┌──
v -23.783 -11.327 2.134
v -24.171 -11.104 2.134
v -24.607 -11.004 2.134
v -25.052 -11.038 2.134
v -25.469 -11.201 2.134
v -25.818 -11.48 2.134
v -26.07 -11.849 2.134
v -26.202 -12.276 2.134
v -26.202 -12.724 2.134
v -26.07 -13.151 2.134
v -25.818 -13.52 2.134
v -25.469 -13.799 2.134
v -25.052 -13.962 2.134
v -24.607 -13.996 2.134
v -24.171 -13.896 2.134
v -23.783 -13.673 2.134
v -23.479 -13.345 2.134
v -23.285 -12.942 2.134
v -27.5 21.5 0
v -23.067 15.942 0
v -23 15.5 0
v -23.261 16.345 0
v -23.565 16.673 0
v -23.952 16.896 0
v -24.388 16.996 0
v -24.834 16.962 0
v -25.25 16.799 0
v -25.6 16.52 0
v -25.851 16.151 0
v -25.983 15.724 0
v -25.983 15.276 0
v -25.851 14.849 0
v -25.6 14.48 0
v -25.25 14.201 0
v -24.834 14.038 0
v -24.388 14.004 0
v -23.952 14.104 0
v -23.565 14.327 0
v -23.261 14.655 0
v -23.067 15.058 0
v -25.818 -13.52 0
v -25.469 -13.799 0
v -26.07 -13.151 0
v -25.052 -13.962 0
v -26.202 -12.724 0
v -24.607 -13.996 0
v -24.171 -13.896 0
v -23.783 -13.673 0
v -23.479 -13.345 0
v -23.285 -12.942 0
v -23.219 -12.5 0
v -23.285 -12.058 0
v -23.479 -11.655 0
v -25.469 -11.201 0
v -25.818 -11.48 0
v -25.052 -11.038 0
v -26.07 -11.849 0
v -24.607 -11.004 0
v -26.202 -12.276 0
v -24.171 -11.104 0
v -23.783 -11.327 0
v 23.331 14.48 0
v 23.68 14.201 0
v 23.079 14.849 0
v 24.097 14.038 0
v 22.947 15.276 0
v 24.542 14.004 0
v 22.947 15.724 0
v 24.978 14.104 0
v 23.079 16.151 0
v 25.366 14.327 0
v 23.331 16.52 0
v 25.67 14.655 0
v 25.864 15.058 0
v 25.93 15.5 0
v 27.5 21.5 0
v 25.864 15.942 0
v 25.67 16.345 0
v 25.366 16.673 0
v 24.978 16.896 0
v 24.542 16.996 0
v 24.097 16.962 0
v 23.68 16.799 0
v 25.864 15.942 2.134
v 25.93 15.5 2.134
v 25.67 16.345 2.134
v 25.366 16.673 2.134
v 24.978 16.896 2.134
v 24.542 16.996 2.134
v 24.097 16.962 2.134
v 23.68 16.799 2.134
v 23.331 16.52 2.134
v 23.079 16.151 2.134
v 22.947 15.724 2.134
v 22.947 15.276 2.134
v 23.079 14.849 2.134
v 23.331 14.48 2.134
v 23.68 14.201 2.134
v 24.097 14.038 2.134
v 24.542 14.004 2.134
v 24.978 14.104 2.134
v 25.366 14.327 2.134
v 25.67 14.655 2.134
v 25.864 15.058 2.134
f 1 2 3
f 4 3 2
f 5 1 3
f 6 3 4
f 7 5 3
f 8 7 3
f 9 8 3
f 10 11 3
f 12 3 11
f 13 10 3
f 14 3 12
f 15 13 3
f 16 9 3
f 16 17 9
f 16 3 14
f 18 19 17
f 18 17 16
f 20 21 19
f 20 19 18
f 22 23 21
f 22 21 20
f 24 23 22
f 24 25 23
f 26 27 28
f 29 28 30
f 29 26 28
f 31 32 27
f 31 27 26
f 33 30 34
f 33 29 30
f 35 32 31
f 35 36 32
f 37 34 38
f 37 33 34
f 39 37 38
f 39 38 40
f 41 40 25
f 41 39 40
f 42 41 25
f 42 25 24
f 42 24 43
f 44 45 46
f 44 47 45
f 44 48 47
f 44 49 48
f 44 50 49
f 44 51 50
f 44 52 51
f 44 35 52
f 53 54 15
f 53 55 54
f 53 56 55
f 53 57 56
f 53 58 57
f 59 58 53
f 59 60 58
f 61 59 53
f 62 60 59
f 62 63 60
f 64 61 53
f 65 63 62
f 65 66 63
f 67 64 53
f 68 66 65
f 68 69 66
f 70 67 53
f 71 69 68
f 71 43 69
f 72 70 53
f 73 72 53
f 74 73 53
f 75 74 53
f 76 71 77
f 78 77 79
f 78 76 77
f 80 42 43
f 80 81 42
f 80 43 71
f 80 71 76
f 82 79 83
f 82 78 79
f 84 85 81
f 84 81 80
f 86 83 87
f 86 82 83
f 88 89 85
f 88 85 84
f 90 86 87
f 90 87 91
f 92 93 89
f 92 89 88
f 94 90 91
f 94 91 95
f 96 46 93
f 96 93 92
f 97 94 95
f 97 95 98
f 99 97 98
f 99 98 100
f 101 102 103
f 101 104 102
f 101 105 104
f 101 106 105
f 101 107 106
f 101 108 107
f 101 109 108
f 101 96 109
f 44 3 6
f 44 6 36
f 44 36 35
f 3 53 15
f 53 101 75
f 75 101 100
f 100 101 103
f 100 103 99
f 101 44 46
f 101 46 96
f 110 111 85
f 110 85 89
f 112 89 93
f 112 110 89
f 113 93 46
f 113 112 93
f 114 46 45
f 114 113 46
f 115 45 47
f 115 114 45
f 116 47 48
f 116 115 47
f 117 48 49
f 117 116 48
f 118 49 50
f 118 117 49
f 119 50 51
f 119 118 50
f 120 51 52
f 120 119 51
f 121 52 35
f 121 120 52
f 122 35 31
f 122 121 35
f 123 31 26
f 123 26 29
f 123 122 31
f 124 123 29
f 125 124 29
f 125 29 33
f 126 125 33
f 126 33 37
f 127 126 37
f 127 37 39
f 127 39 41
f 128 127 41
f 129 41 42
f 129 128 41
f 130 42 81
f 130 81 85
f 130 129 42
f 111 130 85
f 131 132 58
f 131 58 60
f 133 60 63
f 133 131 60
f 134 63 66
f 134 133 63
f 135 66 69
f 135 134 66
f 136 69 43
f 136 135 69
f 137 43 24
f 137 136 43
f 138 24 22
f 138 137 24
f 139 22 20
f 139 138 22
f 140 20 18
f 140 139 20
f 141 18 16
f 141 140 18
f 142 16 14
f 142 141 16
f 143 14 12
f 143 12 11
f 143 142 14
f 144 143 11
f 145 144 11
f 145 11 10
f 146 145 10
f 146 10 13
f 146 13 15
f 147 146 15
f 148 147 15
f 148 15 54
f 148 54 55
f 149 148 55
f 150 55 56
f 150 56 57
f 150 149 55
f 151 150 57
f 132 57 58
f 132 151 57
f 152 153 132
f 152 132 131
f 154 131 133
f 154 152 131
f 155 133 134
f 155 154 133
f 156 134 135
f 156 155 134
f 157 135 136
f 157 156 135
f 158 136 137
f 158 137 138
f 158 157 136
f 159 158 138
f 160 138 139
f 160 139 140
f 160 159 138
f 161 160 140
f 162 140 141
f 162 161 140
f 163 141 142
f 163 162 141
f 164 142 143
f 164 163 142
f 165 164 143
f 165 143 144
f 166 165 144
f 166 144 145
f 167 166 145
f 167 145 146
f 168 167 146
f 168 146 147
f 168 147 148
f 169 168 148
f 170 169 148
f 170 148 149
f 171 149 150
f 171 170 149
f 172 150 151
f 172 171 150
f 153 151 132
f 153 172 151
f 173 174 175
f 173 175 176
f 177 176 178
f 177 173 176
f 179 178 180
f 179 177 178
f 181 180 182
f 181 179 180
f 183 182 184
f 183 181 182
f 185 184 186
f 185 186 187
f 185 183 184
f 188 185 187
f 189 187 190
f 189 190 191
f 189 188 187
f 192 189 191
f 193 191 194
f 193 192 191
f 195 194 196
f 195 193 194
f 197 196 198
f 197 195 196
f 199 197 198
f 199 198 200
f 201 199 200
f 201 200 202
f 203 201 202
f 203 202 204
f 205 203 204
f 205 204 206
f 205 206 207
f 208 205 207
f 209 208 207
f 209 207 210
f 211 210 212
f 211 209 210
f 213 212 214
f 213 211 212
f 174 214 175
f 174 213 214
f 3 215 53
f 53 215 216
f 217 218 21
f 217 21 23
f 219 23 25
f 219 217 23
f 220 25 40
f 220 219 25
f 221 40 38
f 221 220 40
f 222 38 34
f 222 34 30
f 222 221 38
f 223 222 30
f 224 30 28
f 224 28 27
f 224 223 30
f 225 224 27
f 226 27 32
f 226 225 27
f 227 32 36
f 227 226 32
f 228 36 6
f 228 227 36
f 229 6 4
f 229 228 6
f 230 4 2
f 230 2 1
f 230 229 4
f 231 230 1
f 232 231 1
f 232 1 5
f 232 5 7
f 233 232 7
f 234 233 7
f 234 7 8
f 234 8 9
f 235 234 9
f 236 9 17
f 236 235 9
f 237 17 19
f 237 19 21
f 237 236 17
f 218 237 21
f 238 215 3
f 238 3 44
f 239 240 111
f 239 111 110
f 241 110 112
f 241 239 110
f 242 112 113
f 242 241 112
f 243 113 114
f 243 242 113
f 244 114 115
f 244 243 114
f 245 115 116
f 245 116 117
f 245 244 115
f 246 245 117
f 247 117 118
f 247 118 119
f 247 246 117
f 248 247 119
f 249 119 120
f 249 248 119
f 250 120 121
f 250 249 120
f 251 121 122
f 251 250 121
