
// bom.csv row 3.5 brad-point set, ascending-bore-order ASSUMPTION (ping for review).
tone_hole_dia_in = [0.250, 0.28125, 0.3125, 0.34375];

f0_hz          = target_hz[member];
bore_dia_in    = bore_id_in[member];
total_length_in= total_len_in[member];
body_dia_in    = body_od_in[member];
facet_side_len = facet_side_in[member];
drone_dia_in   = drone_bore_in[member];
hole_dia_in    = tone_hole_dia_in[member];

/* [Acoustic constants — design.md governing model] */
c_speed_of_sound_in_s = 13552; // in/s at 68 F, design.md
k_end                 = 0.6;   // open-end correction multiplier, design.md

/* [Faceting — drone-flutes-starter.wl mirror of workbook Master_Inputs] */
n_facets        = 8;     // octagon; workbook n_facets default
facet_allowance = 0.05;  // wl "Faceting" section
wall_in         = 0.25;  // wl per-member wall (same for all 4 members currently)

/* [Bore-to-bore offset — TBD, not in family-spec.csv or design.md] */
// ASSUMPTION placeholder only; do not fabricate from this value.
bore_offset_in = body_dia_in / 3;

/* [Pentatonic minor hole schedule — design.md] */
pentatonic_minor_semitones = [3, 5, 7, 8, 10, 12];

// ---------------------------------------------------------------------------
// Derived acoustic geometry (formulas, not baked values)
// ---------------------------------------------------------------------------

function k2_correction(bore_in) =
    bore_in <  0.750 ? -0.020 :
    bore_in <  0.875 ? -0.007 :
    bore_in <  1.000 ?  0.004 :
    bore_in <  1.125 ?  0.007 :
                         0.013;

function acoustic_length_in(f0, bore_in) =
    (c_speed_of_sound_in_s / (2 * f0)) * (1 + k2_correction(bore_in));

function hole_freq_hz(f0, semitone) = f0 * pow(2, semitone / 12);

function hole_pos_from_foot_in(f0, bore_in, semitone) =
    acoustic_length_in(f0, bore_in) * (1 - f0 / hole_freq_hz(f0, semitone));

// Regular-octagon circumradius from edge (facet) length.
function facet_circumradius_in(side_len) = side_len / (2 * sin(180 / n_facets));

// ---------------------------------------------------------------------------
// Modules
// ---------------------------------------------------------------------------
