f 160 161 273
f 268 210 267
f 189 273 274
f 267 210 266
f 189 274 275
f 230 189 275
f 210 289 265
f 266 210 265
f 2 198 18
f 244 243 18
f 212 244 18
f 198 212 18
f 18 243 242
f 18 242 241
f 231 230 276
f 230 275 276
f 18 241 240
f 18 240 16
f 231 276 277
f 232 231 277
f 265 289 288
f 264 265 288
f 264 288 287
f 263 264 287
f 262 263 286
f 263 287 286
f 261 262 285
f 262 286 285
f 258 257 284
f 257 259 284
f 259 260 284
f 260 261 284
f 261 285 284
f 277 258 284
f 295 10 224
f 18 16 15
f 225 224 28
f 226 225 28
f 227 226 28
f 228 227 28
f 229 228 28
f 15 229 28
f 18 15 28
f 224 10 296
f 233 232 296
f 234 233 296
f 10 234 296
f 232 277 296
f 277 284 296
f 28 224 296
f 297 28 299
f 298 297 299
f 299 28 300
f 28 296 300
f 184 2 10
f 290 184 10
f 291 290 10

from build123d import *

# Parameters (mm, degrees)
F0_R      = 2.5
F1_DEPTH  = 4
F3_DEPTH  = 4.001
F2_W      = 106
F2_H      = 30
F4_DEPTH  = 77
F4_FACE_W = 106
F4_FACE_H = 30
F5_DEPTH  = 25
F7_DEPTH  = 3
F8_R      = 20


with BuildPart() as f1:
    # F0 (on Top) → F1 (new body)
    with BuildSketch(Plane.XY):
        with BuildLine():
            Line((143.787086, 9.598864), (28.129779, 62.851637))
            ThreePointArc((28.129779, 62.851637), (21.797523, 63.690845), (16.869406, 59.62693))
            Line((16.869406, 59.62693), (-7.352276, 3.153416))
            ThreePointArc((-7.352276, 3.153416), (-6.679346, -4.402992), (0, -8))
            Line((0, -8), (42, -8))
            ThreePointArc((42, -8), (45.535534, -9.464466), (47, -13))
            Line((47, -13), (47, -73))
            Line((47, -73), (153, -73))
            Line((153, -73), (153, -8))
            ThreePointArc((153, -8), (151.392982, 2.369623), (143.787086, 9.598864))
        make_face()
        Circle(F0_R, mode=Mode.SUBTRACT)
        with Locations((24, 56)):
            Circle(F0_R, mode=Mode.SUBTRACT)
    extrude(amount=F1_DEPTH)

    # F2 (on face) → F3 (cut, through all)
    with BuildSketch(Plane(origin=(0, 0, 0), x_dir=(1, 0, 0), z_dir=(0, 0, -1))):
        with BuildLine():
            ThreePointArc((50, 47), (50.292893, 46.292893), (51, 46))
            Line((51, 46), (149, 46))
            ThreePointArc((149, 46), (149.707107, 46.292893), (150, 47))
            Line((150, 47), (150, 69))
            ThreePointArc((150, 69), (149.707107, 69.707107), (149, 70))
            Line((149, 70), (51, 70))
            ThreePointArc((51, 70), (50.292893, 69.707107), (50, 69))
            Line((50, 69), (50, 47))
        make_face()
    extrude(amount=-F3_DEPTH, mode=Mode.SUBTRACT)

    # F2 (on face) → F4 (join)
└──
*What is needed:* Above are the lines; repeat exactly the ones from the line containing "f 250 249 120" down to the line containing "facet_allowance = 0.05;", both inclusive.

*Result:*
f 250 249 120
f 251 121 122
f 251 250 121

// bom.csv row 3.5 brad-point set, ascending-bore-order ASSUMPTION (ping for review).
tone_hole_dia_in = [0.250, 0.28125, 0.3125, 0.34375];

f0_hz          = target_hz[member];
bore_dia_in    = bore_id_in[member];
total_length_in= total_len_in[member];
body_dia_in    = body_od_in[member];
facet_side_len = facet_side_in[member];
drone_dia_in   = drone_bore_in[member];
hole_dia_in    = tone_hole_dia_in[member];

/* [Acoustic constants — design.md governing model] */
c_speed_of_sound_in_s = 13552; // in/s at 68 F, design.md
k_end                 = 0.6;   // open-end correction multiplier, design.md

/* [Faceting — drone-flutes-starter.wl mirror of workbook Master_Inputs] */
n_facets        = 8;     // octagon; workbook n_facets default
facet_allowance = 0.05;  // wl "Faceting" section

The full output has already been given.